(Beginning of Input data)
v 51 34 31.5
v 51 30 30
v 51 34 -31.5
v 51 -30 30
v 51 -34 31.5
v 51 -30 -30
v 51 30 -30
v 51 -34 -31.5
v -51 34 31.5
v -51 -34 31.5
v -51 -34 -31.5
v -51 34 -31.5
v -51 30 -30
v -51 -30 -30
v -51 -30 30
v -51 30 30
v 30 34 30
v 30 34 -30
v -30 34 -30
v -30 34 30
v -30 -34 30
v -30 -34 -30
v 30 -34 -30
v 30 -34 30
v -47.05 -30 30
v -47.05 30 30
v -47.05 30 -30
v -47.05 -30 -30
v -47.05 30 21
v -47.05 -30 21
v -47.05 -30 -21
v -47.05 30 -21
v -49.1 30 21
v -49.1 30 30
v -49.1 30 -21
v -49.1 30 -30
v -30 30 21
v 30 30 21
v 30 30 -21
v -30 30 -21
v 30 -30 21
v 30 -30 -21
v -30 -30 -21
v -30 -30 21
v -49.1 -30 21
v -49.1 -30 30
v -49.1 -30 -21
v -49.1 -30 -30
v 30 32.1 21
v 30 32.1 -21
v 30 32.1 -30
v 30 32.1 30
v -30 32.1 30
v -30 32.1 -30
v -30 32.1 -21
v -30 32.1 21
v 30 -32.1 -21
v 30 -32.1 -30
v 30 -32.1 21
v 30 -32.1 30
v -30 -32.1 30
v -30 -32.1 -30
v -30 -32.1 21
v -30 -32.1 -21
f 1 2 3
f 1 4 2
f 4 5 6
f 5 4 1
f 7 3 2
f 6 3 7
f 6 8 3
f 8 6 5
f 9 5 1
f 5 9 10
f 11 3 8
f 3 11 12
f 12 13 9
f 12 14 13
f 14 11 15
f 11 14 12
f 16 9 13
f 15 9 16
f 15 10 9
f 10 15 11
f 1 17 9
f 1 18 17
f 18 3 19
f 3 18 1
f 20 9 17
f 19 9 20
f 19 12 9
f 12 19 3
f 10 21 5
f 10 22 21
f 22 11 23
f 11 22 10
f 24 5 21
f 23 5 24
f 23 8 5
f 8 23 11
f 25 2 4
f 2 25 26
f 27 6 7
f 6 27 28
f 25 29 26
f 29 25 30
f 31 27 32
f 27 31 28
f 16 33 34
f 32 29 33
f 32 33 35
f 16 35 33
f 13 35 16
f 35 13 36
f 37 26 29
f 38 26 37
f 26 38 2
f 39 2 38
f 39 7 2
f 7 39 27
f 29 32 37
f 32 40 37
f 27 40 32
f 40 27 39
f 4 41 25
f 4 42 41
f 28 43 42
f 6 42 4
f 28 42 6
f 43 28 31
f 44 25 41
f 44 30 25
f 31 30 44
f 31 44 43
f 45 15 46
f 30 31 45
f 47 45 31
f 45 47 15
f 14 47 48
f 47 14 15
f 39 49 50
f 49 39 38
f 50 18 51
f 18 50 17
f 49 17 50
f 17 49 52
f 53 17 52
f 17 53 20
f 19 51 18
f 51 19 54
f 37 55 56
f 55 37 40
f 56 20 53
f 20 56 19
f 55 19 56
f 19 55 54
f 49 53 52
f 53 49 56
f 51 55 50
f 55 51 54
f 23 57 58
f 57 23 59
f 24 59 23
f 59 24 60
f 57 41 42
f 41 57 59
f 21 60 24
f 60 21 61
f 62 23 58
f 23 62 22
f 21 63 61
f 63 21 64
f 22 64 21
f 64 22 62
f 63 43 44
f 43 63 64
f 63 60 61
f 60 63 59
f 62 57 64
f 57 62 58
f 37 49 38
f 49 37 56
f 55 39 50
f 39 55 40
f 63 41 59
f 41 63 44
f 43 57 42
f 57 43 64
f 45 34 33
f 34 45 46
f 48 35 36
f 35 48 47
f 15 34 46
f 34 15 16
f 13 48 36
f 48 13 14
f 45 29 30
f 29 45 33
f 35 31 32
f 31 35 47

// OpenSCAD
difference(){
cube([102,68,63],center=true);
translate([4,0,0]) cube([102.1,60,60],center=true);
translate([-30,32.1,-30])cube([60,2,60]);
translate([-30,-34.1,-30])cube([60,2,60]);
translate([-30,29.7,-21])cube([60,3,42]);
translate([-30,-32.9,-21])cube([60,3,42]);
translate([-51.1,-30,-30])cube([2,60,60]);
translate([-49.15,-30,-21])cube([3,60,42]);
}



/*end comment*/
(End of Input data)
» **Work request**
Reproduce exactly every line that sits between the start of the entries and the line bearing "v 30 -30 -21", counting both of those lines.

» **Exercise result**
v 51 34 31.5
v 51 30 30
v 51 34 -31.5
v 51 -30 30
v 51 -34 31.5
v 51 -30 -30
v 51 30 -30
v 51 -34 -31.5
v -51 34 31.5
v -51 -34 31.5
v -51 -34 -31.5
v -51 34 -31.5
v -51 30 -30
v -51 -30 -30
v -51 -30 30
v -51 30 30
v 30 34 30
v 30 34 -30
v -30 34 -30
v -30 34 30
v -30 -34 30
v -30 -34 -30
v 30 -34 -30
v 30 -34 30
v -47.05 -30 30
v -47.05 30 30
v -47.05 30 -30
v -47.05 -30 -30
v -47.05 30 21
v -47.05 -30 21
v -47.05 -30 -21
v -47.05 30 -21
v -49.1 30 21
v -49.1 30 30
v -49.1 30 -21
v -49.1 30 -30
v -30 30 21
v 30 30 21
v 30 30 -21
v -30 30 -21
v 30 -30 21
v 30 -30 -21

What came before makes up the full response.